─── The data

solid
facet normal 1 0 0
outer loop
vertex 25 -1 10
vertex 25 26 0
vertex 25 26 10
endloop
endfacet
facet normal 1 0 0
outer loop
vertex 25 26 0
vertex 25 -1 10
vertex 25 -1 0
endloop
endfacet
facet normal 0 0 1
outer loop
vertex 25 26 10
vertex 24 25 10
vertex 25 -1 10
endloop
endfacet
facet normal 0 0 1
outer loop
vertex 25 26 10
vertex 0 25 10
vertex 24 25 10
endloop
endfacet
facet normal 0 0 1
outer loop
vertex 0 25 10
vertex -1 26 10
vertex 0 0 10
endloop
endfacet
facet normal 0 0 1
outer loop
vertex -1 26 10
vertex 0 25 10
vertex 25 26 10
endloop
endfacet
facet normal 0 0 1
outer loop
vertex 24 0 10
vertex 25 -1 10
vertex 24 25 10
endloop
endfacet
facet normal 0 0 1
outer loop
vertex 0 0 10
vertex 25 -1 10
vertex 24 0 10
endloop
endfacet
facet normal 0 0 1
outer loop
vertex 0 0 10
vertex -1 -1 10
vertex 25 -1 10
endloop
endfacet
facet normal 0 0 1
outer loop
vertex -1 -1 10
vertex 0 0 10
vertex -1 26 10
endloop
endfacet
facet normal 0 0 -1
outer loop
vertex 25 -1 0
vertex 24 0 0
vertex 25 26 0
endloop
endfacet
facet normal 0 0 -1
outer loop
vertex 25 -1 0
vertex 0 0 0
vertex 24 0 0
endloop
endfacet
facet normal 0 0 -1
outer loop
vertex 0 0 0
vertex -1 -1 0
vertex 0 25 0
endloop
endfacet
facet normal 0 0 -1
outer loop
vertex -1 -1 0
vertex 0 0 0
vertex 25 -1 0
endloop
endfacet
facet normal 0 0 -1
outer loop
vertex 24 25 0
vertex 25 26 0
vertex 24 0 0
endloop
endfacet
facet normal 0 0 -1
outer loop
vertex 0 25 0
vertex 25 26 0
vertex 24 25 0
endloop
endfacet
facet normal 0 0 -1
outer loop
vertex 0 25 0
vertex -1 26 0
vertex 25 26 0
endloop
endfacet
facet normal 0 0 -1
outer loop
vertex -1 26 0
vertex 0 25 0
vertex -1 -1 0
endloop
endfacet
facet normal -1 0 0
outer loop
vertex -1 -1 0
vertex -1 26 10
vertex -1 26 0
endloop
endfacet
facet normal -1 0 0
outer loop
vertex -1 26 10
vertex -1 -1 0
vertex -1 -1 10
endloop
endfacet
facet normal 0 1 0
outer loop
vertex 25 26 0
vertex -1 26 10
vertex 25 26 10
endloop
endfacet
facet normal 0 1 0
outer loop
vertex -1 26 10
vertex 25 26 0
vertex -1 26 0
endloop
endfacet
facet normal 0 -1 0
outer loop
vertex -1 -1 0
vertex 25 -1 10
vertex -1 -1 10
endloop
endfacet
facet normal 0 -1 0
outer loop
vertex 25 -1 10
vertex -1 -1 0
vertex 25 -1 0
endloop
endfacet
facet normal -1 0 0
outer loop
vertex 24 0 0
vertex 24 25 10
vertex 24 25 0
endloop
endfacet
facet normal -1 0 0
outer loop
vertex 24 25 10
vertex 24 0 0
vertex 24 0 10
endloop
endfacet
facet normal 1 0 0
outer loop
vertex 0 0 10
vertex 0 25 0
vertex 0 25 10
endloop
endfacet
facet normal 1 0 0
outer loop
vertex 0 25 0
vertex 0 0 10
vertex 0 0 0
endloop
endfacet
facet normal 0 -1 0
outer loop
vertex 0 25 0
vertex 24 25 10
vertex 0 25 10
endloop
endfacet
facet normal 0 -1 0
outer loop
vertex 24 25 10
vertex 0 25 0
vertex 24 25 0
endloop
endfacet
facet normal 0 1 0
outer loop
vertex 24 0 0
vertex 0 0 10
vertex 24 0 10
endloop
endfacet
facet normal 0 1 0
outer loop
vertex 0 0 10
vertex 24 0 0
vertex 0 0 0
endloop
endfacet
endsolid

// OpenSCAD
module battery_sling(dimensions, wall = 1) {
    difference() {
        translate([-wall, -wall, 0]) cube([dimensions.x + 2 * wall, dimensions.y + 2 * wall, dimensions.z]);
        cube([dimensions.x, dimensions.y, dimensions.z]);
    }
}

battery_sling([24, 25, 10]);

──────

**Requirement:** Repeat the lines above with every word intact.

**Task solution:**
solid
facet normal 1 0 0
outer loop
vertex 25 -1 10
vertex 25 26 0
vertex 25 26 10
endloop
endfacet
facet normal 1 0 0
outer loop
vertex 25 26 0
vertex 25 -1 10
vertex 25 -1 0
endloop
endfacet
facet normal 0 0 1
outer loop
vertex 25 26 10
vertex 24 25 10
vertex 25 -1 10
endloop
endfacet
facet normal 0 0 1
outer loop
vertex 25 26 10
vertex 0 25 10
vertex 24 25 10
endloop
endfacet
facet normal 0 0 1
outer loop
vertex 0 25 10
vertex -1 26 10
vertex 0 0 10
endloop
endfacet
facet normal 0 0 1
outer loop
vertex -1 26 10
vertex 0 25 10
vertex 25 26 10
endloop
endfacet
facet normal 0 0 1
outer loop
vertex 24 0 10
vertex 25 -1 10
vertex 24 25 10
endloop
endfacet
facet normal 0 0 1
outer loop
vertex 0 0 10
vertex 25 -1 10
vertex 24 0 10
endloop
endfacet
facet normal 0 0 1
outer loop
vertex 0 0 10
vertex -1 -1 10
vertex 25 -1 10
endloop
endfacet
facet normal 0 0 1
outer loop
vertex -1 -1 10
vertex 0 0 10
vertex -1 26 10
endloop
endfacet
facet normal 0 0 -1
outer loop
vertex 25 -1 0
vertex 24 0 0
vertex 25 26 0
endloop
endfacet
facet normal 0 0 -1
outer loop
vertex 25 -1 0
vertex 0 0 0
vertex 24 0 0
endloop
endfacet
facet normal 0 0 -1
outer loop
vertex 0 0 0
vertex -1 -1 0
vertex 0 25 0
endloop
endfacet
facet normal 0 0 -1
outer loop
vertex -1 -1 0
vertex 0 0 0
vertex 25 -1 0
endloop
endfacet
facet normal 0 0 -1
outer loop
vertex 24 25 0
vertex 25 26 0
vertex 24 0 0
endloop
endfacet
facet normal 0 0 -1
outer loop
vertex 0 25 0
vertex 25 26 0
vertex 24 25 0
endloop
endfacet
facet normal 0 0 -1
outer loop
vertex 0 25 0
vertex -1 26 0
vertex 25 26 0
endloop
endfacet
facet normal 0 0 -1
outer loop
vertex -1 26 0
vertex 0 25 0
vertex -1 -1 0
endloop
endfacet
facet normal -1 0 0
outer loop
vertex -1 -1 0
vertex -1 26 10
vertex -1 26 0
endloop
endfacet
facet normal -1 0 0
outer loop
vertex -1 26 10
vertex -1 -1 0
vertex -1 -1 10
endloop
endfacet
facet normal 0 1 0
outer loop
vertex 25 26 0
vertex -1 26 10
vertex 25 26 10
endloop
endfacet
facet normal 0 1 0
outer loop
vertex -1 26 10
vertex 25 26 0
vertex -1 26 0
endloop
endfacet
facet normal 0 -1 0
outer loop
vertex -1 -1 0
vertex 25 -1 10
vertex -1 -1 10
endloop
endfacet
facet normal 0 -1 0
outer loop
vertex 25 -1 10
vertex -1 -1 0
vertex 25 -1 0
endloop
endfacet
facet normal -1 0 0
outer loop
vertex 24 0 0
vertex 24 25 10
vertex 24 25 0
endloop
endfacet
facet normal -1 0 0
outer loop
vertex 24 25 10
vertex 24 0 0
vertex 24 0 10
endloop
endfacet
facet normal 1 0 0
outer loop
vertex 0 0 10
vertex 0 25 0
vertex 0 25 10
endloop
endfacet
facet normal 1 0 0
outer loop
vertex 0 25 0
vertex 0 0 10
vertex 0 0 0
endloop
endfacet
facet normal 0 -1 0
outer loop
vertex 0 25 0
vertex 24 25 10
vertex 0 25 10
endloop
endfacet
facet normal 0 -1 0
outer loop
vertex 24 25 10
vertex 0 25 0
vertex 24 25 0
endloop
endfacet
facet normal 0 1 0
outer loop
vertex 24 0 0
vertex 0 0 10
vertex 24 0 10
endloop
endfacet
facet normal 0 1 0
outer loop
vertex 0 0 10
vertex 24 0 0
vertex 0 0 0
endloop
endfacet
endsolid

// OpenSCAD
module battery_sling(dimensions, wall = 1) {
    difference() {
        translate([-wall, -wall, 0]) cube([dimensions.x + 2 * wall, dimensions.y + 2 * wall, dimensions.z]);
        cube([dimensions.x, dimensions.y, dimensions.z]);
    }
}

battery_sling([24, 25, 10]);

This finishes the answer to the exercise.